It's certainly possible you are right, but in general the business model of offering several products tuned for specific market segments, rather than a single one-size-fits-all product, has been known to be successful (dry understatement intended). When you write:

but with each being so focused on a particular "who they're for" group that others don't buy it

you are presuming (consciously or otherwise) that this currently isn't the case. It's quite possible that a lot of veteran gamers find that the current adventure paths are too targeted at beginners, and a lot of beginners find that they are too complex.

Without data on current market saturation, and why potential purchasers are not buying supplements, we can't conclude anything. Sure, it may be that saturation is near 100%, in which case they shouldn't change a thing.

But to make all of your sweeping claims as definitively true without offering any supporting evidence is a bit...cocky.
 


Even with APs you need to put in some time adjusting them for how YOU want to run them. I haven't yet run into a fully plug-n-play adventure I would want to run as a home game without some significant personal DM revision.
 

Azzy

ᚳᚣᚾᛖᚹᚢᛚᚠ
On that note, itd be cool to see more aps with 5l6 pregen characters that can be used as npcs should the players choose not to use them. This can be great for new players as they can choose something done for them and specifically tailored and tied into the ap at hand, and they can provide great backup characters should the first characters...ahem....retire
There are a bunch of pregens on the WotC site.
 

AaronOfBarbaria

Adventurer
By this logic Toyota should only make one model of car.
Actually, my logic translated to Toyota would be that they shouldn't greatly expand the number of different models of car they currently offer.

you are presuming (consciously or otherwise) that this currently isn't the case.
No. What I am actually assuming is that, given WotC reports the current model is doing well for them and that they've chosen it over methods more matching to what you've asked for, that the number of people that currently feel the books coming out aren't for them is smaller than the number of people that would feel that way if each book weren't trying to include something for everyone.

But to make all of your sweeping claims as definitively true without offering any supporting evidence is a bit...cocky.
I will admit it sounds cocky to not provide the evidence myself - but I was skipping that part of the conversation because I assumed that you, with your clearly regular visitation of a gaming news website, would already have all of the evidence I could provide (specifically, all the various times that WotC representatives have talked about how well 5th edition is doing, quarterly reports from Roll20 that show how many folks are using that site to play the current edition, and so forth), rather than because I intended to be cocky.
 

Tony Vargas

Legend
Never had this problem with 4th Edition, even during Encounters. We had maps, tokens, full stat-blocks on the page, online tools, and,... Oh yeah! Dungeon magazine was still around, even if it was published exclusively online. Say what you want (because you will), but 4e made running and prep for DMs easy, fun, and satisfying. Best part of 4e, first thing to be forgotten. Oh well.
Especially during encounters. Encounters adventures were these little magazine format things, like old modules, and dead easy to run. You could read the intro, read the 2-4 pages of a given encounter, and not even need to worry too much about what was between or coming up. Very linear, simplistic, scenarios. Brand-new players would sometimes step into the DM slot after only a season of play.

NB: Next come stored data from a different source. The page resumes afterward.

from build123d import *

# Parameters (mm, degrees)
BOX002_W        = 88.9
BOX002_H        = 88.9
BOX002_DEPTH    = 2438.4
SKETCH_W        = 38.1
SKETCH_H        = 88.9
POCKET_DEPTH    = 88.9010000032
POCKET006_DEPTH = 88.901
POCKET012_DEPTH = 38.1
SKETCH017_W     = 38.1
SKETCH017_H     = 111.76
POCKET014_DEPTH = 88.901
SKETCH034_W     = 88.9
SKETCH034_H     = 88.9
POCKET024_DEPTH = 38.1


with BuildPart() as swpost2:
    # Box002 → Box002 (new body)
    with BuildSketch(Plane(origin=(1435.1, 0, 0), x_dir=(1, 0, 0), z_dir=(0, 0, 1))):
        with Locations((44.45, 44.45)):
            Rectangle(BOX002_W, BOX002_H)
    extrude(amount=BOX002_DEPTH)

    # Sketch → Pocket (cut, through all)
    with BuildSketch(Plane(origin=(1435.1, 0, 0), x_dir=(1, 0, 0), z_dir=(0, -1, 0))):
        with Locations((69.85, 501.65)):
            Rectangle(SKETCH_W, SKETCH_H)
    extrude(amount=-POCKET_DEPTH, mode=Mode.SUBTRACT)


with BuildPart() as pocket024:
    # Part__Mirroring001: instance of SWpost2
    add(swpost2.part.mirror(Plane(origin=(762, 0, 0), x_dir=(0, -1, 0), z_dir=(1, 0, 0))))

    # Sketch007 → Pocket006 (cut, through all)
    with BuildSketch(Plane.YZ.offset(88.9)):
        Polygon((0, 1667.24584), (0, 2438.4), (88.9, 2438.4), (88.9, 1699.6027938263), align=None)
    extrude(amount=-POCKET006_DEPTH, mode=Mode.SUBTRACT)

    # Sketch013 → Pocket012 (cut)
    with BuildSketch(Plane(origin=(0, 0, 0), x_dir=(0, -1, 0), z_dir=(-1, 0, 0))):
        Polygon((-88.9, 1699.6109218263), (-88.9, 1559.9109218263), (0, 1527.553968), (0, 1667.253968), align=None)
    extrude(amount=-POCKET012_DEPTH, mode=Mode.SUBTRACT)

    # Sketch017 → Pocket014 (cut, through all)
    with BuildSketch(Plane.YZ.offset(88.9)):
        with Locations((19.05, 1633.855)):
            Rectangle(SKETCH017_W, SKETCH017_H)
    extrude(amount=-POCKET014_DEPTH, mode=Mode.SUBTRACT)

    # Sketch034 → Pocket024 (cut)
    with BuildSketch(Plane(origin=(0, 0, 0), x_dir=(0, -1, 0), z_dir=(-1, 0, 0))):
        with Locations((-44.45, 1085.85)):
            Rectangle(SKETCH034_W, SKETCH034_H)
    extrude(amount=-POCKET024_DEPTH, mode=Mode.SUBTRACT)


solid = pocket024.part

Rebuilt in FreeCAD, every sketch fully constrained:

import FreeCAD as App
import Part
import Sketcher
from FreeCAD import Vector
Q = App.Units.Quantity

doc = App.newDocument("Part")
body = doc.addObject("PartDesign::Body", "Body")

# Sketch on XY plane
sketch1 = body.newObject("Sketcher::SketchObject", "Sketch")
sketch1.AttachmentSupport = (doc.getObject("XY_Plane"), [""])
sketch1.MapMode = "FlatFace"
sketch1.addGeometry([
    Part.LineSegment(Vector(1435, 89, 0), Vector(1435, 0, 0)),
    Part.LineSegment(Vector(1435, 0, 0), Vector(1524, 0, 0)),
    Part.LineSegment(Vector(1524, 0, 0), Vector(1524, 89, 0)),
    Part.LineSegment(Vector(1524, 89, 0), Vector(1435, 89, 0)),
], False)
sketch1.addConstraint([
    Sketcher.Constraint("Coincident", 0, 2, 1, 1),
    Sketcher.Constraint("Coincident", 1, 2, 2, 1),
    Sketcher.Constraint("Coincident", 2, 2, 3, 1),
    Sketcher.Constraint("Coincident", 3, 2, 0, 1),
    Sketcher.Constraint("Vertical", 0),
    Sketcher.Constraint("Horizontal", 1),
    Sketcher.Constraint("Vertical", 2),
    Sketcher.Constraint("Horizontal", 3),
    Sketcher.Constraint("PointOnObject", 0, 2, -1),
    Sketcher.Constraint("Equal", 3, 0),
    Sketcher.Constraint("DistanceX", 1, 1, 1, 2, Q("3.5 in")),
    Sketcher.Constraint("DistanceX", -1, 1, 1, 2, Q("60 in")),
])
pad1 = body.newObject("PartDesign::Pad", "Pad")
pad1.Profile = sketch1
pad1.Length = Q("96 in")

# Sketch on XZ plane
sketch2 = body.newObject("Sketcher::SketchObject", "Sketch001")
sketch2.AttachmentSupport = (doc.getObject("XZ_Plane"), [""])
sketch2.MapMode = "FlatFace"
sketch2.addGeometry([
    Part.LineSegment(Vector(1486, 546, 0), Vector(1486, 457, 0)),
    Part.LineSegment(Vector(1486, 457, 0), Vector(1524, 457, 0)),
    Part.LineSegment(Vector(1524, 457, 0), Vector(1524, 546, 0)),
    Part.LineSegment(Vector(1524, 546, 0), Vector(1486, 546, 0)),
], False)
sketch2.addConstraint([
    Sketcher.Constraint("Coincident", 0, 2, 1, 1),
    Sketcher.Constraint("Coincident", 1, 2, 2, 1),
    Sketcher.Constraint("Coincident", 2, 2, 3, 1),
    Sketcher.Constraint("Coincident", 3, 2, 0, 1),
    Sketcher.Constraint("Vertical", 0),
    Sketcher.Constraint("Horizontal", 1),
    Sketcher.Constraint("Vertical", 2),
    Sketcher.Constraint("Horizontal", 3),
    Sketcher.Constraint("DistanceX", 1, 1, 1, 2, Q("1.5 in")),
    Sketcher.Constraint("DistanceY", 0, 2, 0, 1, Q("3.5 in")),
    Sketcher.Constraint("DistanceY", -1, 1, 0, 2, Q("18 in")),
    Sketcher.Constraint("DistanceX", -1, 1, 1, 2, Q("60 in")),
])
pocket1 = body.newObject("PartDesign::Pocket", "Pocket")
pocket1.Profile = sketch2
pocket1.Type = "ThroughAll"
body2 = doc.addObject("PartDesign::Body", "Body001")
doc.recompute()

mirroring = doc.addObject("Part::Mirroring", "Mirroring")
mirroring.Source = body
mirroring.Base = Vector(762, 0, 0)
mirroring.Normal = Vector(1, 0, 0)
body2.BaseFeature = mirroring
doc.recompute()

# Sketch on YZ plane
sketch3 = body2.newObject("Sketcher::SketchObject", "Sketch002")
sketch3.AttachmentSupport = (doc.getObject("YZ_Plane001"), [""])
sketch3.MapMode = "FlatFace"
sketch3.AttachmentOffset = App.Placement(Vector(0, 0, 3.5 * 25.4), App.Rotation())
sketch3.addGeometry([
    Part.LineSegment(Vector(0, 2438, 0), Vector(0, 1667, 0)),
    Part.LineSegment(Vector(0, 1667, 0), Vector(89, 1700, 0)),
    Part.LineSegment(Vector(89, 1700, 0), Vector(89, 2438, 0)),
    Part.LineSegment(Vector(89, 2438, 0), Vector(0, 2438, 0)),
], False)
sketch3.addConstraint([
    Sketcher.Constraint("Coincident", 0, 2, 1, 1),
    Sketcher.Constraint("Coincident", 1, 2, 2, 1),
    Sketcher.Constraint("Coincident", 2, 2, 3, 1),
    Sketcher.Constraint("Coincident", 3, 2, 0, 1),
    Sketcher.Constraint("Vertical", 0),
    Sketcher.Constraint("Vertical", 2),
    Sketcher.Constraint("Horizontal", 3),
    Sketcher.Constraint("PointOnObject", 0, 2, -2),
    Sketcher.Constraint("DistanceX", 3, 2, 3, 1, Q("3.5 in")),
    Sketcher.Constraint("DistanceY", -1, 1, 2, 2, Q("96 in")),
    Sketcher.Constraint("Angle", 1, Q("20 deg")),
    Sketcher.Constraint("DistanceY", 0, 2, 0, 1, Q("30.3604 in")),
])
pocket2 = body2.newObject("PartDesign::Pocket", "Pocket001")
pocket2.Profile = sketch3
pocket2.Type = "ThroughAll"

# Sketch on YZ plane
sketch4 = body2.newObject("Sketcher::SketchObject", "Sketch003")
sketch4.AttachmentSupport = (doc.getObject("YZ_Plane001"), [""])
sketch4.MapMode = "FlatFace"
sketch4.addGeometry([
    Part.LineSegment(Vector(89, 1700, 0), Vector(89, 1560, 0)),
    Part.LineSegment(Vector(89, 1560, 0), Vector(0, 1528, 0)),
    Part.LineSegment(Vector(0, 1528, 0), Vector(0, 1667, 0)),
    Part.LineSegment(Vector(0, 1667, 0), Vector(89, 1700, 0)),
], False)
sketch4.addConstraint([
    Sketcher.Constraint("Coincident", 0, 2, 1, 1),
    Sketcher.Constraint("Coincident", 1, 2, 2, 1),
    Sketcher.Constraint("Coincident", 2, 2, 3, 1),
    Sketcher.Constraint("Coincident", 3, 2, 0, 1),
    Sketcher.Constraint("Vertical", 0),
    Sketcher.Constraint("Vertical", 2),
    Sketcher.Constraint("PointOnObject", 1, 2, -2),
    Sketcher.Constraint("Parallel", 1, 3),
    Sketcher.Constraint("DistanceY", 0, 2, 0, 1, Q("5.5 in")),
    Sketcher.Constraint("Angle", 1, Q("-160 deg")),
    Sketcher.Constraint("DistanceX", -1, 1, 0, 2, Q("3.5 in")),
    Sketcher.Constraint("DistanceY", -1, 1, 0, 2, Q("1559.910922 mm")),
])
pocket3 = body2.newObject("PartDesign::Pocket", "Pocket002")
pocket3.Profile = sketch4
pocket3.Length = Q("1.5 in")
pocket3.Reversed = True

# Sketch on YZ plane
sketch5 = body2.newObject("Sketcher::SketchObject", "Sketch004")
sketch5.AttachmentSupport = (doc.getObject("YZ_Plane001"), [""])
sketch5.MapMode = "FlatFace"
sketch5.AttachmentOffset = App.Placement(Vector(0, 0, 3.5 * 25.4), App.Rotation())
sketch5.addGeometry([
    Part.LineSegment(Vector(0, 1690, 0), Vector(0, 1578, 0)),
    Part.LineSegment(Vector(0, 1578, 0), Vector(38, 1578, 0)),
    Part.LineSegment(Vector(38, 1578, 0), Vector(38, 1690, 0)),
    Part.LineSegment(Vector(38, 1690, 0), Vector(0, 1690, 0)),
], False)
sketch5.addConstraint([
    Sketcher.Constraint("Coincident", 0, 2, 1, 1),
    Sketcher.Constraint("Coincident", 1, 2, 2, 1),
    Sketcher.Constraint("Coincident", 2, 2, 3, 1),
    Sketcher.Constraint("Coincident", 3, 2, 0, 1),
    Sketcher.Constraint("Vertical", 0),
    Sketcher.Constraint("Horizontal", 1),
    Sketcher.Constraint("Vertical", 2),
    Sketcher.Constraint("Horizontal", 3),
    Sketcher.Constraint("PointOnObject", 0, 2, -2),
    Sketcher.Constraint("DistanceX", 1, 1, 1, 2, Q("1.5 in")),
    Sketcher.Constraint("DistanceY", 0, 2, 0, 1, Q("4.4 in")),
    Sketcher.Constraint("DistanceY", -1, 1, 0, 2, Q("62.125 in")),
])
pocket4 = body2.newObject("PartDesign::Pocket", "Pocket003")
pocket4.Profile = sketch5
pocket4.Type = "ThroughAll"

# Sketch on YZ plane
sketch6 = body2.newObject("Sketcher::SketchObject", "Sketch005")
sketch6.AttachmentSupport = (doc.getObject("YZ_Plane001"), [""])
sketch6.MapMode = "FlatFace"
sketch6.addGeometry([
    Part.LineSegment(Vector(89, 1130, 0), Vector(89, 1041, 0)),
    Part.LineSegment(Vector(89, 1041, 0), Vector(0, 1041, 0)),
    Part.LineSegment(Vector(0, 1041, 0), Vector(0, 1130, 0)),
    Part.LineSegment(Vector(0, 1130, 0), Vector(89, 1130, 0)),
], False)
sketch6.addConstraint([
    Sketcher.Constraint("Coincident", 0, 2, 1, 1),
    Sketcher.Constraint("Coincident", 1, 2, 2, 1),
    Sketcher.Constraint("Coincident", 2, 2, 3, 1),
    Sketcher.Constraint("Coincident", 3, 2, 0, 1),
    Sketcher.Constraint("Vertical", 0),
    Sketcher.Constraint("Horizontal", 1),
    Sketcher.Constraint("Vertical", 2),
    Sketcher.Constraint("Horizontal", 3),
    Sketcher.Constraint("PointOnObject", 1, 2, -2),
    Sketcher.Constraint("Equal", 3, 0),
    Sketcher.Constraint("DistanceX", 1, 2, 1, 1, Q("3.5 in")),
    Sketcher.Constraint("DistanceY", -1, 1, 0, 2, Q("41 in")),
])
pocket5 = body2.newObject("PartDesign::Pocket", "Pocket004")
pocket5.Profile = sketch6
pocket5.Length = Q("1.5 in")
pocket5.Reversed = True
body.Visibility = False
mirroring.Visibility = False

doc.recompute()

But easy has it's downside, too. I did not run nearly as good game sessions when I was phoning it in after a long day at work or having run a different scenario for a different table for two hours already, right before, as I do when running 5e and having to pay attention to what I'm doing...
... and, having gotten back into the swing of Empowered DMing with 5e, the 4e campaign I'm finishing out through Epic levels has also benefited from better DMing.

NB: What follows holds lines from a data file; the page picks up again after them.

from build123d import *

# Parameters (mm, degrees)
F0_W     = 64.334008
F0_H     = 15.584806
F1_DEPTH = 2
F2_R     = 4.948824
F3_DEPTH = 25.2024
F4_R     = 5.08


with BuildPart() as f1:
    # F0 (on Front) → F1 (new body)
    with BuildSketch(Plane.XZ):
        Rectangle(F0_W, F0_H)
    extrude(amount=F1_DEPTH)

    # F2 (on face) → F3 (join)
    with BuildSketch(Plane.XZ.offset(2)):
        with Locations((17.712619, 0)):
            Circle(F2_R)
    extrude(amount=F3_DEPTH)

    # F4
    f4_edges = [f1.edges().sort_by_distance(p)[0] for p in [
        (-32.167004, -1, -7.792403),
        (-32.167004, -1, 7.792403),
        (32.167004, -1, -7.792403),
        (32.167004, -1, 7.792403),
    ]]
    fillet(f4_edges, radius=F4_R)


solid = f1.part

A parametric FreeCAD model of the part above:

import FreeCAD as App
import Part
import Sketcher

V = App.Vector
Q = App.Units.Quantity


def edges_at(feature, points):
    """Names of the edges that pass closest to the given points."""
    edges = feature.Shape.Edges
    near = lambda p: min(range(len(edges)), key=lambda i: edges[i].distToShape(Part.Vertex(*p))[0])
    return sorted({f"Edge{near(p) + 1}" for p in points})

doc = App.newDocument("Part")
body = doc.addObject("PartDesign::Body", "Body")

# Sketch on XZ plane
sketch1 = doc.addObject("Sketcher::SketchObject", "Sketch")
body.addObject(sketch1)
sketch1.AttachmentSupport = (doc.XZ_Plane, [""])
sketch1.MapMode = "FlatFace"
sketch1.addGeometry(Part.LineSegment(V(-32.167004, 7.792403, 0), V(-32.167004, -7.792403, 0)), False)
sketch1.addGeometry(Part.LineSegment(V(-32.167004, -7.792403, 0), V(32.167004, -7.792403, 0)), False)
sketch1.addGeometry(Part.LineSegment(V(32.167004, -7.792403, 0), V(32.167004, 7.792403, 0)), False)
sketch1.addGeometry(Part.LineSegment(V(32.167004, 7.792403, 0), V(-32.167004, 7.792403, 0)), False)
sketch1.addConstraint(Sketcher.Constraint("Coincident", 0, 2, 1, 1))
sketch1.addConstraint(Sketcher.Constraint("Coincident", 1, 2, 2, 1))
sketch1.addConstraint(Sketcher.Constraint("Coincident", 2, 2, 3, 1))
sketch1.addConstraint(Sketcher.Constraint("Coincident", 3, 2, 0, 1))
sketch1.addConstraint(Sketcher.Constraint("Vertical", 0))
sketch1.addConstraint(Sketcher.Constraint("Horizontal", 1))
sketch1.addConstraint(Sketcher.Constraint("Vertical", 2))
sketch1.addConstraint(Sketcher.Constraint("Horizontal", 3))
sketch1.addConstraint(Sketcher.Constraint("Symmetric", 0, 2, 2, 2, -1, 1))
sketch1.addConstraint(Sketcher.Constraint("DistanceX", 1, 1, 1, 2, Q("64.334008 mm")))
sketch1.addConstraint(Sketcher.Constraint("DistanceY", 0, 2, 0, 1, Q("15.584806 mm")))
pad1 = doc.addObject("PartDesign::Pad", "Pad")
body.addObject(pad1)
pad1.Profile = sketch1
pad1.Length = 2

# Sketch on XZ plane
sketch2 = doc.addObject("Sketcher::SketchObject", "Sketch001")
body.addObject(sketch2)
sketch2.AttachmentSupport = (doc.XZ_Plane, [""])
sketch2.MapMode = "FlatFace"
sketch2.AttachmentOffset = App.Placement(V(0, 0, 2), App.Rotation())
sketch2.addGeometry(Part.Circle(V(17.712619, 0, 0), V(0, 0, 1), 4.948824), False)
sketch2.addConstraint(Sketcher.Constraint("PointOnObject", 0, 3, -1))
sketch2.addConstraint(Sketcher.Constraint("Diameter", 0, Q("9.897648 mm")))
sketch2.addConstraint(Sketcher.Constraint("DistanceX", -1, 1, 0, 3, Q("17.712619 mm")))
pad2 = doc.addObject("PartDesign::Pad", "Pad001")
body.addObject(pad2)
pad2.Profile = sketch2
pad2.Length = 25.2024
doc.recompute()

fillet = doc.addObject("PartDesign::Fillet", "Fillet")
body.addObject(fillet)
fillet.Base = (pad2, edges_at(pad2, [
    (-32.167, -1, -7.792),
    (-32.167, -1, 7.792),
    (32.167, -1, -7.792),
    (32.167, -1, 7.792),
]))
fillet.Radius = 5.08

doc.recompute()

Does DMsguild not fill the niches for you?
No, it really doesn't.

Trees must die for my entertainment!

Seriously, though:

I've enjoyed all kinds of interesting gems from it. Abeit, there is a fair amount of wading through the drek.
We can't all go prospecting in the slush pile.

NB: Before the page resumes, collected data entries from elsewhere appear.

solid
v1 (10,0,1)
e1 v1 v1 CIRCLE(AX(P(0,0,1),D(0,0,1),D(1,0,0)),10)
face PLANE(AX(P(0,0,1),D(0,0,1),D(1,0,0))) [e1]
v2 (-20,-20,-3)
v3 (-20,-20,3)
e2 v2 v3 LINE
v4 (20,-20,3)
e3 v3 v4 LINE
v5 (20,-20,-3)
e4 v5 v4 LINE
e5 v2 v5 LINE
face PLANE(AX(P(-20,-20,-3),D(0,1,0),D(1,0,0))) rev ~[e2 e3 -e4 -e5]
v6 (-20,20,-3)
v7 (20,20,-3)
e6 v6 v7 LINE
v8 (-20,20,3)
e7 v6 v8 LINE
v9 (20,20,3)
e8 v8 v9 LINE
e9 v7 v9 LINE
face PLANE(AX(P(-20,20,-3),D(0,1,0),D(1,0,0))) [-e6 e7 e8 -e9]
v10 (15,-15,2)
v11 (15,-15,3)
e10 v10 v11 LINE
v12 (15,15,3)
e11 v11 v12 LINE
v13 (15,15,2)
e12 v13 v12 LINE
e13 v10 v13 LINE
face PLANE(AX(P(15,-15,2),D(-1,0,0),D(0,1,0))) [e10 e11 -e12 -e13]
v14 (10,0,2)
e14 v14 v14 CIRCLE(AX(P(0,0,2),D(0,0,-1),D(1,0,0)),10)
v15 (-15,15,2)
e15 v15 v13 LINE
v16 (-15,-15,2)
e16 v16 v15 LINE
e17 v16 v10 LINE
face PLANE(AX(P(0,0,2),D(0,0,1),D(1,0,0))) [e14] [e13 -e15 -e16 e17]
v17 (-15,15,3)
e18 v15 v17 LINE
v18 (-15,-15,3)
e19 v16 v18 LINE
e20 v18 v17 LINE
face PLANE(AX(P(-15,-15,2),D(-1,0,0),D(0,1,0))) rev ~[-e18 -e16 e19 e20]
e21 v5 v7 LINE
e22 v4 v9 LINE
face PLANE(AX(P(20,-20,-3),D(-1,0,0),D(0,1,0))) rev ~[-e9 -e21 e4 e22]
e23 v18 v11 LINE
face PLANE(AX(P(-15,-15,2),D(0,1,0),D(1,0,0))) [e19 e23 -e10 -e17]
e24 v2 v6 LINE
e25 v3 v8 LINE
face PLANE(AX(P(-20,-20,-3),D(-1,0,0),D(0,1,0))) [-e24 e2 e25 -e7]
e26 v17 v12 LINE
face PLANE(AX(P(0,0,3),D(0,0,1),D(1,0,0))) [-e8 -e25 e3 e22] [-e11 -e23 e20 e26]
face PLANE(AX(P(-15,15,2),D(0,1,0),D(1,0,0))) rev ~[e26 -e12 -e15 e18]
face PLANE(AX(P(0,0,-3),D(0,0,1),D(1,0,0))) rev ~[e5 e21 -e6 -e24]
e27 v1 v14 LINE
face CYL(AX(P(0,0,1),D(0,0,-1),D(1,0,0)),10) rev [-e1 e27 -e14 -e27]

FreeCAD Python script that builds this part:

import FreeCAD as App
import Part
import Sketcher
from FreeCAD import Vector
Q = App.Units.Quantity


def add_polygon(sketch, points):
    """Adds a closed chain of lines whose ends are joined by coincident constraints."""
    first, n = sketch.GeometryCount, len(points)
    for a, b in zip(points, points[1:] + points[:1]):
        sketch.addGeometry(Part.LineSegment(App.Vector(*a, 0), App.Vector(*b, 0)), False)
    for i in range(n):
        sketch.addConstraint(Sketcher.Constraint("Coincident", first + i, 2, first + (i + 1) % n, 1))

doc = App.newDocument("Part")
body = doc.addObject("PartDesign::Body", "Body")

# Sketch on XY plane
sketch1 = body.newObject("Sketcher::SketchObject", "Sketch")
sketch1.AttachmentSupport = (doc.getObject("XY_Plane"), [""])
sketch1.MapMode = "FlatFace"
sketch1.AttachmentOffset = App.Placement(Vector(0, 0, 2), App.Rotation())
add_polygon(sketch1, [(-15, 15), (-15, -15), (15, -15), (15, 15)])  # lines 0-3
sketch1.addConstraint([
    Sketcher.Constraint("Vertical", 0),
    Sketcher.Constraint("Horizontal", 1),
    Sketcher.Constraint("Vertical", 2),
    Sketcher.Constraint("Horizontal", 3),
    Sketcher.Constraint("Symmetric", 0, 2, 2, 2, -1, 1),
    Sketcher.Constraint("Equal", 3, 0),
    Sketcher.Constraint("DistanceX", 1, 1, 1, 2, Q("30 mm")),
])
pad1 = body.newObject("PartDesign::Pad", "Pad")
pad1.Profile = sketch1
pad1.Length = 1
body2 = doc.addObject("PartDesign::Body", "Body001")

# Sketch on XY plane
sketch2 = body2.newObject("Sketcher::SketchObject", "Sketch001")
sketch2.AttachmentSupport = (doc.getObject("XY_Plane001"), [""])
sketch2.MapMode = "FlatFace"
sketch2.AttachmentOffset = App.Placement(Vector(0, 0, 1), App.Rotation())
sketch2.addGeometry(Part.Circle(Vector(0, 0, 0), Vector(0, 0, 1), 10), False)
sketch2.addConstraint([
    Sketcher.Constraint("Coincident", 0, 3, -1, 1),
    Sketcher.Constraint("Diameter", 0, Q("20 mm")),
])
pad2 = body2.newObject("PartDesign::Pad", "Pad001")
pad2.Profile = sketch2
pad2.Length = 2
doc.recompute()

boolean = body2.newObject("PartDesign::Boolean", "Boolean")
boolean.Type = "Fuse"
boolean.addObjects([body])
body3 = doc.addObject("PartDesign::Body", "Body002")

# Sketch on XY plane
sketch3 = body3.newObject("Sketcher::SketchObject", "Sketch002")
sketch3.AttachmentSupport = (doc.getObject("XY_Plane002"), [""])
sketch3.MapMode = "FlatFace"
sketch3.AttachmentOffset = App.Placement(Vector(0, 0, -3), App.Rotation())
add_polygon(sketch3, [(-20, 20), (-20, -20), (20, -20), (20, 20)])  # lines 0-3
sketch3.addConstraint([
    Sketcher.Constraint("Vertical", 0),
    Sketcher.Constraint("Horizontal", 1),
    Sketcher.Constraint("Vertical", 2),
    Sketcher.Constraint("Horizontal", 3),
    Sketcher.Constraint("Symmetric", 0, 2, 2, 2, -1, 1),
    Sketcher.Constraint("Equal", 3, 0),
    Sketcher.Constraint("DistanceX", 1, 1, 1, 2, Q("40 mm")),
])
pad3 = body3.newObject("PartDesign::Pad", "Pad002")
pad3.Profile = sketch3
pad3.Length = 6
doc.recompute()

boolean2 = body3.newObject("PartDesign::Boolean", "Boolean001")
boolean2.Type = "Cut"
boolean2.addObjects([body2])

doc.recompute()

It always amazes me how often folks are concerned about the accessibility for new gamers. Perhaps the undue taint of shallowness leads me to only be concerned about my home game, but I do admire the concern so many have for openness of the hobby.
...yeah... I'm not so sure about that. Sometimes it's just an undercurrent of "back in my day..." given a little spin and a bit of polish. For instance, back during the playtest, Mike made a comment about wanting to make the game more accessible to new players, and it was something along the lines of looking/thinking back to when we were new players and what made the game appeal to us.

Because, obviously the same thing that appealed to cynical Gen-Xers listening to Pink Floyd on the new Walkman in the 80s will totally appeal to politically engaged Millennials immersed in social media on their phones, today.


yep... still cynical. ;(
 

Look at the flowers . Whack. Whack. Whack. DIG. DIG. DIG. Bury. Bury. Bury.
I must say I hate the ring binder idea. I hated ring binders when pull maintenance in the army. Now you want to reboot the idea to sell me content that will go flying down the hall out of my trapper Keeper when Morrus gives me a wedige between classes. NO.

Well our personal experiences differ. I use a ring binder fore my DM's notes anyway, so it would be more convenient to interleave published material than having to flip back and forth between folder and books.
 
Last edited:

Flexor the Mighty!

18/100 Strength!
For me the AP's are more pretty than functional in form and layout and use. You have to read the entire thing make a crapload of notes so you don't do something that contradicts with something that has to happen in 6 months. You have to work with maps in the books that are again pretty to look at not as functional as an old blue and white map that was in the detachable module cover that you could lay out flat and make clean copies of easily. Of course they don't offer the maps as a free module download to help out, you can buy a copy though fro the artist. No thanks.

Though making them in a very useful and functional format that has handouts, separate map books, etc, adds to cost and probably hurts the "I buy RPG books to read" market.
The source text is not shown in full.